Из романа Клэр Кларк «Природа чудовищ» (издательство Viking)
«Раскрепощенное желанием, мое тело выгнулось в его сторону. Когда наконец он потянулся и притронулся ко мне, ничего больше не осталось, в мире ничего больше не было – только его пальцы и лихорадящее бессвязное безумие чистых ощущений, которые эти пальцы распространяли по мне спиральными вихрями, точно я была музыкальным инструментом, вибрирующим от изысканных ангельских гимнов. Значит, это превращало его в ангела? Пальцы моих ног в ботинках сжались, и мой живот воспарил в миг, когда все застыло, когда пламя дрожало, идеально-яркое. Я затаила дыхание. Грянул взрыв, и я потеряла себя из виду. Я была миллионом блестящих обломков, тьма моего живота ожила, озаренная звездами. Когда я наконец-то открыла глаза, чтобы взглянуть на него, на ресницах у меня сияли слезы. Он приложил палец к губам и улыбнулся».
Из романа Дэвида Тьюлиса «Покойный Гектор Киплинг» (Picador)
«Это не приятно. Как можно находить приятным, когда на живот тебе капают расплавленным воском свечи? Но я не хочу просить ее, чтобы она перестала, – в последний раз, когда я ее об этом попросил, я получил ремнем по губам. На каждом пальце у нее по три кольца – это в среднем. О господи, мама была права: эта проклятая кушетка действительно воняет. Неудивительно, что папа в больнице. Вполне возможно, что к утру я тоже туда попаду.
По-моему, я все еще в ней, но, честно говоря, определить трудно…
Avanti!
«Ах ты засранец! – говорит она нараспев и подносит свечку к моему левому соску. – Ах ты маленький жалкий засранец», – и пытается поджечь сосок, точно фитиль.
«А-а-а-а-й!» – ой, блин, у меня сосок горит. Она облила мне грудь жидкостью для растопки, и моя грудь запылала, точно десерт в шикарном ресторане.
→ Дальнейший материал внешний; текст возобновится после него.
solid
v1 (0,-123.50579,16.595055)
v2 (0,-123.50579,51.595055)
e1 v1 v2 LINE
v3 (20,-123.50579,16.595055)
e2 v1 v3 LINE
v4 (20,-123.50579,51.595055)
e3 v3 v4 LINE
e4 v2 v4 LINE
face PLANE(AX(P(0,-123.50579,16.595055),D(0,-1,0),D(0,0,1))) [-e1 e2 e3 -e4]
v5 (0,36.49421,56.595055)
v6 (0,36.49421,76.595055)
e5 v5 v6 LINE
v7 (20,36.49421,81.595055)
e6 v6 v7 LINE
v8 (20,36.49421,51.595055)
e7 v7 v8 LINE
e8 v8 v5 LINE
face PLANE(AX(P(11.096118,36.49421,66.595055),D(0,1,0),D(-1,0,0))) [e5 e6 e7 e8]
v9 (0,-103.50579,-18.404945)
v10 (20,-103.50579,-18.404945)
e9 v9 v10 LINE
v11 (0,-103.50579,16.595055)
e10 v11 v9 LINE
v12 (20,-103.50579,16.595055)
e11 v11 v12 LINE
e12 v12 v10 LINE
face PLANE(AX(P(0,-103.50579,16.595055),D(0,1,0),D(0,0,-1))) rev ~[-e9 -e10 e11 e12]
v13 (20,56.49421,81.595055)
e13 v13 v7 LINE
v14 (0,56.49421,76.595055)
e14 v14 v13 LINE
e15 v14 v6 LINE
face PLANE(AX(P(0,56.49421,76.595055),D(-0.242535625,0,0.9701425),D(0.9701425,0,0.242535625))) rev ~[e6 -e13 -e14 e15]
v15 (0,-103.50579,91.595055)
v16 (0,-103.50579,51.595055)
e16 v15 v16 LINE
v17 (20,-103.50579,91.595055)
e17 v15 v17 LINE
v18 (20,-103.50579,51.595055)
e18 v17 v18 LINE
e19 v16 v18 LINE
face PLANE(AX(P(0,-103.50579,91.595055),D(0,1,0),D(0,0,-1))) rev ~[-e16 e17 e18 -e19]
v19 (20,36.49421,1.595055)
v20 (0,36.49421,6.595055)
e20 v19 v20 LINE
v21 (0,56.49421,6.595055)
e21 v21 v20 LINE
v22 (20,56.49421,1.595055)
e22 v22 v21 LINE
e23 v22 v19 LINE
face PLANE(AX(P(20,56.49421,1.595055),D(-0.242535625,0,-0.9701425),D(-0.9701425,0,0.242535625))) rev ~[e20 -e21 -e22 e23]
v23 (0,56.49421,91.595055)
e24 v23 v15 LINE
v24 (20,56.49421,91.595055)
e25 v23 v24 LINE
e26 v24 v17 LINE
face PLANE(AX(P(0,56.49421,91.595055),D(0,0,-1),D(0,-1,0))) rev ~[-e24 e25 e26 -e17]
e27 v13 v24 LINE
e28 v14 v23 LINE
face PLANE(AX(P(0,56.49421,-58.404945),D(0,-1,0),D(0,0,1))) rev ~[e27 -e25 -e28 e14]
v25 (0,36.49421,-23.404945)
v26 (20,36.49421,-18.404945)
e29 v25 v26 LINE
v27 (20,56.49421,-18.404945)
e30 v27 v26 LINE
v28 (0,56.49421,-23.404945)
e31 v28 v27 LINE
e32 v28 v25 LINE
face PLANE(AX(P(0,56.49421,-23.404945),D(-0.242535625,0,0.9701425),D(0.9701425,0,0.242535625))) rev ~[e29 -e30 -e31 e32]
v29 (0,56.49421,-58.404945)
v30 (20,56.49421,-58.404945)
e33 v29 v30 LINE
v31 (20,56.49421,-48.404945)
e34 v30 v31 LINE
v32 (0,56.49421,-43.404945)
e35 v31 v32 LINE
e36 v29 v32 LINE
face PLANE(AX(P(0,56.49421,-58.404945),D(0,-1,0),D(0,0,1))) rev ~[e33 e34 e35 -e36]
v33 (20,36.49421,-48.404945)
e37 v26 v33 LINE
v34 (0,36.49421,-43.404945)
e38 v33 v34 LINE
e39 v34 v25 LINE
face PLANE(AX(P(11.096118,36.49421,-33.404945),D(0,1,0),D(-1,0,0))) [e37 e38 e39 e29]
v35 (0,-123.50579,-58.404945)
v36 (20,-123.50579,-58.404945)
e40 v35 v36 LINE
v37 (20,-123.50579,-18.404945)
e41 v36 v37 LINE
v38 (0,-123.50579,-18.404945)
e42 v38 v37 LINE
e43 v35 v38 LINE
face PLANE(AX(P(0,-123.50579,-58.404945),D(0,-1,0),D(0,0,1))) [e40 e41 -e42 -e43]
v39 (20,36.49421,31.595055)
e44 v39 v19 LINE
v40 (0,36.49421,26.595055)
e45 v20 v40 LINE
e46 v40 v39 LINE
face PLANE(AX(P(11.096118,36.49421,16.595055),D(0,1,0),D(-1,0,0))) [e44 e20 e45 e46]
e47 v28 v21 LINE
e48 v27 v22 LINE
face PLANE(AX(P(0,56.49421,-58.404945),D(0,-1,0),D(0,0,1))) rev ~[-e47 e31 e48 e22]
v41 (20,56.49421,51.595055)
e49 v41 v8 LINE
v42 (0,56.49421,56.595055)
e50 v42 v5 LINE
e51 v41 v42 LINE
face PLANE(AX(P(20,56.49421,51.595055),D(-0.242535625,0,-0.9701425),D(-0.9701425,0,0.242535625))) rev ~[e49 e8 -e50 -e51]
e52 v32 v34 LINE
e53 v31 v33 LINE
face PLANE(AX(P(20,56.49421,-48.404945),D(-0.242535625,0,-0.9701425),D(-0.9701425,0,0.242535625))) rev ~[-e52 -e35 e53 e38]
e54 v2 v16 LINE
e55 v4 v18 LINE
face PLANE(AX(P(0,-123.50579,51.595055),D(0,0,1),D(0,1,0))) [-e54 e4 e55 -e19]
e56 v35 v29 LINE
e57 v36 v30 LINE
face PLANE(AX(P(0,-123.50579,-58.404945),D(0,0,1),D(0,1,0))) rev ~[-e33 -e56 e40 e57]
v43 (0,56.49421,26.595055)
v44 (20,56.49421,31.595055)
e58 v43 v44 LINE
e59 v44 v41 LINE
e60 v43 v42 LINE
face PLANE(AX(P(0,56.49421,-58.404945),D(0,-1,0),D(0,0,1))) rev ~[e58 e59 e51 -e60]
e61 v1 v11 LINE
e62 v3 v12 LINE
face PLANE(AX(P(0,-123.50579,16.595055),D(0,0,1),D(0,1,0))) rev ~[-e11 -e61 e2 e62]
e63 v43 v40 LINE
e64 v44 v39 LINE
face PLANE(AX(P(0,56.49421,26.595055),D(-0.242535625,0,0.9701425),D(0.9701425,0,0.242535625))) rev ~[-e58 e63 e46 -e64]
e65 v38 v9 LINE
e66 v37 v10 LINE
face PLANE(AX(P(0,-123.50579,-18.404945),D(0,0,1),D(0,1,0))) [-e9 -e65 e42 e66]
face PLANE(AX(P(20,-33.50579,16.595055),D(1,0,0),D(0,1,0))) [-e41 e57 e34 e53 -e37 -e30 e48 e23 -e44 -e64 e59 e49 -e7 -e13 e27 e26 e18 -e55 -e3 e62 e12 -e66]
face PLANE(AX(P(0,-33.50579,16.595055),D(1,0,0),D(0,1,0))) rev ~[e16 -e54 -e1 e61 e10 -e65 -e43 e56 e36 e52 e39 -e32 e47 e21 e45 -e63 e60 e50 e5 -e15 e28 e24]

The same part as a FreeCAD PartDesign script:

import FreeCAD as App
import Part
import Sketcher

V = App.Vector
Q = App.Units.Quantity

doc = App.newDocument("Part")
body = doc.addObject("PartDesign::Body", "Body")

sketch1 = doc.addObject("Sketcher::SketchObject", "Sketch")
body.addObject(sketch1)
sketch1.AttachmentSupport = (doc.YZ_Plane, [""])
sketch1.MapMode = "FlatFace"
sketch1.addGeometry([
    Part.LineSegment(V(-104, 92, 0), V(-104, 52, 0)),
    Part.LineSegment(V(-104, 52, 0), V(-124, 52, 0)),
    Part.LineSegment(V(-124, 52, 0), V(-124, 17, 0)),
    Part.LineSegment(V(-124, 17, 0), V(-104, 17, 0)),
    Part.LineSegment(V(-104, 17, 0), V(-104, -18, 0)),
    Part.LineSegment(V(-104, -18, 0), V(-124, -18, 0)),
    Part.LineSegment(V(-124, -18, 0), V(-124, -58, 0)),
    Part.LineSegment(V(-124, -58, 0), V(56, -58, 0)),
    Part.LineSegment(V(56, -58, 0), V(56, 92, 0)),
    Part.LineSegment(V(56, 92, 0), V(-104, 92, 0)),
], False)
sketch1.addConstraint([
    Sketcher.Constraint("Coincident", 0, 2, 1, 1),
    Sketcher.Constraint("Coincident", 1, 2, 2, 1),
    Sketcher.Constraint("Coincident", 2, 2, 3, 1),
    Sketcher.Constraint("Coincident", 3, 2, 4, 1),
    Sketcher.Constraint("Coincident", 4, 2, 5, 1),
    Sketcher.Constraint("Coincident", 5, 2, 6, 1),
    Sketcher.Constraint("Coincident", 6, 2, 7, 1),
    Sketcher.Constraint("Coincident", 7, 2, 8, 1),
    Sketcher.Constraint("Coincident", 8, 2, 9, 1),
    Sketcher.Constraint("Coincident", 9, 2, 0, 1),
    Sketcher.Constraint("Vertical", 0),
    Sketcher.Constraint("Horizontal", 1),
    Sketcher.Constraint("Vertical", 2),
    Sketcher.Constraint("Horizontal", 3),
    Sketcher.Constraint("Vertical", 4),
    Sketcher.Constraint("Horizontal", 5),
    Sketcher.Constraint("Vertical", 6),
    Sketcher.Constraint("Horizontal", 7),
    Sketcher.Constraint("Vertical", 8),
    Sketcher.Constraint("Horizontal", 9),
    Sketcher.Constraint("Vertical", 0, 2, 3, 2),
    Sketcher.Constraint("Vertical", 2, 2, 5, 2),
    Sketcher.Constraint("Equal", 2, 4),
    Sketcher.Constraint("Equal", 0, 6),
    Sketcher.Constraint("DistanceX", 1, 2, 1, 1, Q("20 mm")),
    Sketcher.Constraint("DistanceX", 7, 1, 7, 2, Q("180 mm")),
    Sketcher.Constraint("DistanceY", 0, 2, 0, 1, Q("40 mm")),
    Sketcher.Constraint("DistanceY", 2, 2, 2, 1, Q("35 mm")),
    Sketcher.Constraint("DistanceX", 0, 2, -1, 1, Q("103.50579 mm")),
    Sketcher.Constraint("DistanceY", -1, 1, 0, 2, Q("51.595055 mm")),
])
pad1 = doc.addObject("PartDesign::Pad", "Pad")
body.addObject(pad1)
pad1.Profile = sketch1
pad1.Length = 20

sketch2 = doc.addObject("Sketcher::SketchObject", "Sketch001")
body.addObject(sketch2)
sketch2.AttachmentSupport = (doc.XZ_Plane, [""])
sketch2.MapMode = "FlatFace"
sketch2.AttachmentOffset = App.Placement(V(0, 0, -56.49421), App.Rotation())
sketch2.addGeometry([
    Part.LineSegment(V(20, 52, 0), V(0, 57, 0)),
    Part.LineSegment(V(0, 57, 0), V(0, 77, 0)),
    Part.LineSegment(V(0, 77, 0), V(20, 82, 0)),
    Part.LineSegment(V(20, 82, 0), V(20, 52, 0)),
    Part.LineSegment(V(0, 7, 0), V(0, 27, 0)),
    Part.LineSegment(V(0, 27, 0), V(20, 32, 0)),
    Part.LineSegment(V(20, 32, 0), V(20, 2, 0)),
    Part.LineSegment(V(20, 2, 0), V(0, 7, 0)),
    Part.LineSegment(V(0, -43, 0), V(0, -23, 0)),
    Part.LineSegment(V(0, -23, 0), V(20, -18, 0)),
    Part.LineSegment(V(20, -18, 0), V(20, -48, 0)),
    Part.LineSegment(V(20, -48, 0), V(0, -43, 0)),
], False)
sketch2.addConstraint([
    Sketcher.Constraint("Coincident", 0, 2, 1, 1),
    Sketcher.Constraint("Coincident", 1, 2, 2, 1),
    Sketcher.Constraint("Coincident", 2, 2, 3, 1),
    Sketcher.Constraint("Coincident", 3, 2, 0, 1),
    Sketcher.Constraint("Coincident", 4, 2, 5, 1),
    Sketcher.Constraint("Coincident", 5, 2, 6, 1),
    Sketcher.Constraint("Coincident", 6, 2, 7, 1),
    Sketcher.Constraint("Coincident", 7, 2, 4, 1),
    Sketcher.Constraint("Coincident", 8, 2, 9, 1),
    Sketcher.Constraint("Coincident", 9, 2, 10, 1),
    Sketcher.Constraint("Coincident", 10, 2, 11, 1),
    Sketcher.Constraint("Coincident", 11, 2, 8, 1),
    Sketcher.Constraint("Vertical", 1),
    Sketcher.Constraint("Vertical", 3),
    Sketcher.Constraint("Vertical", 4),
    Sketcher.Constraint("Vertical", 6),
    Sketcher.Constraint("Vertical", 8),
    Sketcher.Constraint("Vertical", 10),
    Sketcher.Constraint("PointOnObject", 0, 2, -2),
    Sketcher.Constraint("PointOnObject", 4, 2, -2),
    Sketcher.Constraint("PointOnObject", 8, 2, -2),
    Sketcher.Constraint("Parallel", 2, 5),
    Sketcher.Constraint("Parallel", 0, 7),
    Sketcher.Constraint("Parallel", 5, 9),
    Sketcher.Constraint("Parallel", 7, 11),
    Sketcher.Constraint("Vertical", 3, 2, 5, 2),
    Sketcher.Constraint("Vertical", 6, 2, 9, 2),
    Sketcher.Constraint("Equal", 1, 4),
    Sketcher.Constraint("Equal", 4, 8),
    Sketcher.Constraint("Equal", 0, 2),
    Sketcher.Constraint("DistanceY", 1, 1, 1, 2, Q("20 mm")),
    Sketcher.Constraint("DistanceY", 3, 2, 3, 1, Q("30 mm")),
    Sketcher.Constraint("DistanceX", -1, 1, 2, 2, Q("20 mm")),
    Sketcher.Constraint("DistanceY", 4, 2, 0, 2, Q("30 mm")),
    Sketcher.Constraint("DistanceY", 8, 2, 7, 2, Q("30 mm")),
    Sketcher.Constraint("DistanceY", -1, 1, 0, 2, Q("56.595055 mm")),
])
pocket1 = doc.addObject("PartDesign::Pocket", "Pocket")
body.addObject(pocket1)
pocket1.Profile = sketch2
pocket1.Length = 20
pocket1.Reversed = True

doc.recompute()
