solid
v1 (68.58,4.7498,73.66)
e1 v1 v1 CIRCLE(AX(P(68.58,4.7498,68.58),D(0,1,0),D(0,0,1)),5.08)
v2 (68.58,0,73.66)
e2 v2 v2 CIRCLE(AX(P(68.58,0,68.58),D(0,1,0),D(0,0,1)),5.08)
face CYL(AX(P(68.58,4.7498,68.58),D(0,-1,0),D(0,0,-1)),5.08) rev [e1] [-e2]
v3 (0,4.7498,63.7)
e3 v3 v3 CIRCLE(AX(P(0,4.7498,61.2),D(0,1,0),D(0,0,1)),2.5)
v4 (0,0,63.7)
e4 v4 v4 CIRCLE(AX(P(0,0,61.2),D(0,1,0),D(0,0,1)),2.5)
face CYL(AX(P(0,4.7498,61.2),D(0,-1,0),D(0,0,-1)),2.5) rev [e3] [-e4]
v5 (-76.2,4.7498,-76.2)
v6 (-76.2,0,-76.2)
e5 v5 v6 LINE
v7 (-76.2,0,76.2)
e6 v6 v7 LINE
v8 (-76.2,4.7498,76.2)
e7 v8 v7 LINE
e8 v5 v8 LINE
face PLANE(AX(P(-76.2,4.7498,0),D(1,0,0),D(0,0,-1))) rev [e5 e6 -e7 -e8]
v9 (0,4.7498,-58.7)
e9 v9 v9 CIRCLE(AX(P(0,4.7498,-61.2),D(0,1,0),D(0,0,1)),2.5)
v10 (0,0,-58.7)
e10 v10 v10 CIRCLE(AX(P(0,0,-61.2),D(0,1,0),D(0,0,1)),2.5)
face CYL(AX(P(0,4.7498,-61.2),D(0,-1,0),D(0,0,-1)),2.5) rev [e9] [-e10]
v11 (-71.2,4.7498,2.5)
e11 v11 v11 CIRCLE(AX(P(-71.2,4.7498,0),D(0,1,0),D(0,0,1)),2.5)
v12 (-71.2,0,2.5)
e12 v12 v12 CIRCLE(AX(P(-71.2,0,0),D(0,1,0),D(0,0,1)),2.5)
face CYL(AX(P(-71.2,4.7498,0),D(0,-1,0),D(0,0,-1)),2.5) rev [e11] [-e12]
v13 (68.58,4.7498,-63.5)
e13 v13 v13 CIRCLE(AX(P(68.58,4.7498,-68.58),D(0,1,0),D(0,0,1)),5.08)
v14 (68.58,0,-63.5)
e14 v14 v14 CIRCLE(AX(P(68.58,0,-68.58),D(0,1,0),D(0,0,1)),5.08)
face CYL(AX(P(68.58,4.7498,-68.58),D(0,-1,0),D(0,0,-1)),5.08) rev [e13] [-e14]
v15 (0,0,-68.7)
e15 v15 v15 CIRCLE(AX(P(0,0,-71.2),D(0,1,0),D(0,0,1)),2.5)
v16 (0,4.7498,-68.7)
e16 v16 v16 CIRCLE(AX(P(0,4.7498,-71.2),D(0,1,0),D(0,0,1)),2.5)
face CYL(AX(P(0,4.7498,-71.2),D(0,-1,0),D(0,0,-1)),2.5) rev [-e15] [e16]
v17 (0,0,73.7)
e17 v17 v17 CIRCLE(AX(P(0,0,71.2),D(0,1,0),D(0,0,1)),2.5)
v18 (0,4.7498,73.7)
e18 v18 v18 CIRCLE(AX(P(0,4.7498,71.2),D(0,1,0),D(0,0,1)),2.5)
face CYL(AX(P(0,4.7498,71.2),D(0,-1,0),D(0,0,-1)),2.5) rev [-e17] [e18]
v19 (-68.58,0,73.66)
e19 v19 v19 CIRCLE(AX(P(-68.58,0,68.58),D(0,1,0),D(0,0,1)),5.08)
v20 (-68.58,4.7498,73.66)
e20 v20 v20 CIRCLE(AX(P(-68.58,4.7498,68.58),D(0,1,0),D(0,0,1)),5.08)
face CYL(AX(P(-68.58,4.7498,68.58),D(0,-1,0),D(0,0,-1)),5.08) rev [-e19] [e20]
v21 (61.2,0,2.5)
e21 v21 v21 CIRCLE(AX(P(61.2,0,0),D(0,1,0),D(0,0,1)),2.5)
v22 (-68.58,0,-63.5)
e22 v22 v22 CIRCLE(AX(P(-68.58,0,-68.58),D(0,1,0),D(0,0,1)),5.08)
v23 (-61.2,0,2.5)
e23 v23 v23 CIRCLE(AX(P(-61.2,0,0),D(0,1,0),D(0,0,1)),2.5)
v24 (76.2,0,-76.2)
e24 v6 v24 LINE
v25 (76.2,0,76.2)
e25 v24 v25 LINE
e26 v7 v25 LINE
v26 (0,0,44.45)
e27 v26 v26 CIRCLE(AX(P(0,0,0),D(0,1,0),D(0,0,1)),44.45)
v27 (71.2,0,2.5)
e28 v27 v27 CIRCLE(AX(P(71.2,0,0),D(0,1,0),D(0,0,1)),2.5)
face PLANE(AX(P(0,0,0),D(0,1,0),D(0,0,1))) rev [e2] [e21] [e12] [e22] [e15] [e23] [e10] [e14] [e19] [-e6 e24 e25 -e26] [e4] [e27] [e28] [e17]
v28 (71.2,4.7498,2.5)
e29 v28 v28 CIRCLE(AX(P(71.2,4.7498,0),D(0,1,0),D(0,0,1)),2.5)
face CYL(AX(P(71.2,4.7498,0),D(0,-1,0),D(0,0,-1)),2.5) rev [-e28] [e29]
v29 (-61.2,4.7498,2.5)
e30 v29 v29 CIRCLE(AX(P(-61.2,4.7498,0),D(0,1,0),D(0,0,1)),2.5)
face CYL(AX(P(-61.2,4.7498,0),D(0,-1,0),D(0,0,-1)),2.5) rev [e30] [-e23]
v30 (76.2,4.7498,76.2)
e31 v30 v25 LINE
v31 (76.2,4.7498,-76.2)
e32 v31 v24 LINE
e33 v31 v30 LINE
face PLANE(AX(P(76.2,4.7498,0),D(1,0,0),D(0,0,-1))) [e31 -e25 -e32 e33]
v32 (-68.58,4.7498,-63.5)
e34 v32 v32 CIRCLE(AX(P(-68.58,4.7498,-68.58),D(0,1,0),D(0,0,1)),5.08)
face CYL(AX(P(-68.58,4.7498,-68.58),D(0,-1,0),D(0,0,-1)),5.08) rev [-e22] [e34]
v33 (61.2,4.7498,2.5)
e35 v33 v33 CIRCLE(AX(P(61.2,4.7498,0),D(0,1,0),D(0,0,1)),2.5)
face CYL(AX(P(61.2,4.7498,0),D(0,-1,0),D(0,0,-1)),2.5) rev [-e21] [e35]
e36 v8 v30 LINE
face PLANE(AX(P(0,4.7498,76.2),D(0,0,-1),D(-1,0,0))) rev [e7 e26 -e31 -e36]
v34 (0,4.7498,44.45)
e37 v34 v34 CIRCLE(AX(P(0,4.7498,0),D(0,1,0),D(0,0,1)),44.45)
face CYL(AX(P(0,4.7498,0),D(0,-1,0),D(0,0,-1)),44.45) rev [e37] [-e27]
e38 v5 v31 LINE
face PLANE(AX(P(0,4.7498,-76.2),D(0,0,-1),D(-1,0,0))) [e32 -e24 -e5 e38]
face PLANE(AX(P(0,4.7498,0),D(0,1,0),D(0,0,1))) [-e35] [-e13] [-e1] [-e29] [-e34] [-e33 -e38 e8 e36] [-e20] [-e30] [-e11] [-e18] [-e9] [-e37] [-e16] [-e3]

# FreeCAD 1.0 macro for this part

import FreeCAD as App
import Part
import Sketcher

V = App.Vector
Q = App.Units.Quantity


def add_polygon(sketch, points):
    """Adds a closed chain of lines whose ends are joined by coincident constraints."""
    first, n = sketch.GeometryCount, len(points)
    for a, b in zip(points, points[1:] + points[:1]):
        sketch.addGeometry(Part.LineSegment(App.Vector(*a, 0), App.Vector(*b, 0)), False)
    for i in range(n):
        sketch.addConstraint(Sketcher.Constraint("Coincident", first + i, 2, first + (i + 1) % n, 1))

doc = App.newDocument("Part")
body = doc.addObject("PartDesign::Body", "Body")

sketch1 = body.newObject("Sketcher::SketchObject", "Sketch")
sketch1.AttachmentSupport = (doc.getObject("XZ_Plane"), [""])
sketch1.MapMode = "FlatFace"
add_polygon(sketch1, [(-76.2, -76.2), (-76.2, 76.2), (76.2, 76.2), (76.2, -76.2)])
sketch1.addGeometry(Part.Circle(V(-68.6, 68.6, 0), V(0, 0, 1), 5.1), False)
sketch1.addGeometry(Part.Circle(V(0, 71.2, 0), V(0, 0, 1), 2.5), False)
sketch1.addGeometry(Part.Circle(V(0, 61.2, 0), V(0, 0, 1), 2.5), False)
sketch1.addGeometry(Part.Circle(V(68.6, 68.6, 0), V(0, 0, 1), 5.1), False)
sketch1.addGeometry(Part.Circle(V(-71.2, 0, 0), V(0, 0, 1), 2.5), False)
sketch1.addGeometry(Part.Circle(V(-61.2, 0, 0), V(0, 0, 1), 2.5), False)
sketch1.addGeometry(Part.Circle(V(-68.6, -68.6, 0), V(0, 0, 1), 5.1), False)
sketch1.addGeometry(Part.Circle(V(0, 0, 0), V(0, 0, 1), 44.5), False)
sketch1.addGeometry(Part.Circle(V(61.2, 0, 0), V(0, 0, 1), 2.5), False)
sketch1.addGeometry(Part.Circle(V(71.2, 0, 0), V(0, 0, 1), 2.5), False)
sketch1.addGeometry(Part.Circle(V(0, -61.2, 0), V(0, 0, 1), 2.5), False)
sketch1.addGeometry(Part.Circle(V(0, -71.2, 0), V(0, 0, 1), 2.5), False)
sketch1.addGeometry(Part.Circle(V(68.6, -68.6, 0), V(0, 0, 1), 5.1), False)
sketch1.addConstraint(Sketcher.Constraint("Vertical", 0))
sketch1.addConstraint(Sketcher.Constraint("Horizontal", 1))
sketch1.addConstraint(Sketcher.Constraint("Vertical", 2))
sketch1.addConstraint(Sketcher.Constraint("Horizontal", 3))
sketch1.addConstraint(Sketcher.Constraint("Coincident", 11, 3, -1, 1))
sketch1.addConstraint(Sketcher.Constraint("Equal", 5, 6))
sketch1.addConstraint(Sketcher.Constraint("Equal", 4, 7))
sketch1.addConstraint(Sketcher.Constraint("Equal", 6, 8))
sketch1.addConstraint(Sketcher.Constraint("Equal", 8, 9))
sketch1.addConstraint(Sketcher.Constraint("Equal", 7, 10))
sketch1.addConstraint(Sketcher.Constraint("Equal", 9, 12))
sketch1.addConstraint(Sketcher.Constraint("Equal", 12, 13))
sketch1.addConstraint(Sketcher.Constraint("Equal", 13, 14))
sketch1.addConstraint(Sketcher.Constraint("Equal", 14, 15))
sketch1.addConstraint(Sketcher.Constraint("Equal", 10, 16))
sketch1.addConstraint(Sketcher.Constraint("Symmetric", 7, 3, 10, 3, -1, 1))
sketch1.addConstraint(Sketcher.Constraint("Symmetric", 9, 3, 12, 3, -1, 1))
sketch1.addConstraint(Sketcher.Constraint("Symmetric", 8, 3, 13, 3, -1, 1))
sketch1.addConstraint(Sketcher.Constraint("Symmetric", 6, 3, 14, 3, -1, 1))
sketch1.addConstraint(Sketcher.Constraint("Symmetric", 5, 3, 15, 3, -1, 1))
sketch1.addConstraint(Sketcher.Constraint("Symmetric", 4, 3, 16, 3, -1, 1))
sketch1.addConstraint(Sketcher.Constraint("Symmetric", 0, 2, 2, 2, -1, 1))
sketch1.addConstraint(Sketcher.Constraint("Symmetric", 4, 3, 7, 3, -2))
sketch1.addConstraint(Sketcher.Constraint("PointOnObject", 5, 3, -2))
sketch1.addConstraint(Sketcher.Constraint("PointOnObject", 6, 3, -2))
sketch1.addConstraint(Sketcher.Constraint("PointOnObject", 8, 3, -1))
sketch1.addConstraint(Sketcher.Constraint("PointOnObject", 9, 3, -1))
sketch1.addConstraint(Sketcher.Constraint("Equal", 3, 0))
sketch1.addConstraint(Sketcher.Constraint("Diameter", 4, Q("0.4 in")))
sketch1.addConstraint(Sketcher.Constraint("Diameter", 11, Q("3.5 in")))
sketch1.addConstraint(Sketcher.Constraint("DistanceX", 1, 1, 1, 2, Q("6 in")))
sketch1.addConstraint(Sketcher.Constraint("DistanceX", 4, 3, -1, 1, Q("2.7 in")))
sketch1.addConstraint(Sketcher.Constraint("DistanceY", -1, 1, 4, 3, Q("2.7 in")))
sketch1.addConstraint(Sketcher.Constraint("Diameter", 5, 5.0))
sketch1.addConstraint(Sketcher.Constraint("DistanceY", -1, 1, 5, 3, 71.2))
sketch1.addConstraint(Sketcher.Constraint("DistanceY", -1, 1, 6, 3, 61.2))
sketch1.addConstraint(Sketcher.Constraint("DistanceX", 8, 3, -1, 1, 71.2))
sketch1.addConstraint(Sketcher.Constraint("DistanceX", 9, 3, -1, 1, 61.2))
pad1 = body.newObject("PartDesign::Pad", "Pad")
pad1.Profile = sketch1
pad1.Length = Q("0.187 in")
pad1.Reversed = True

doc.recompute()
«Роза, мать твою! А-а-й-уй. Да будет тебе, бл***! Задуй! Задуй его!»
«Хорошо, малыш, – шепчет она с внезапной нежностью, – хорошо, мой ангел», – и выливает на мою обгоревшую грудь полбанки «Стеллы». Я начинаю жалеть, что вообще ее пригласил. «Ну как?» – спрашивает она, опустив голову и лакая пиво с моей груди. «Нравится? Нравится, малыш?»
«Нет!» – ору я.
«Нет?»
«Нет, Роза, нет, какое там нравится, бл***! Так и убить можно!»
Она бьет меня по лицу ладонью, хватает за горло, плюет мне в глаз и царапает ногтями мое обожженное тело. Тут-то я и кончаю. О да. Тут-то сердцевина моей души, испытав спазм, ломается, выбросив наружу свои смрадные семечки».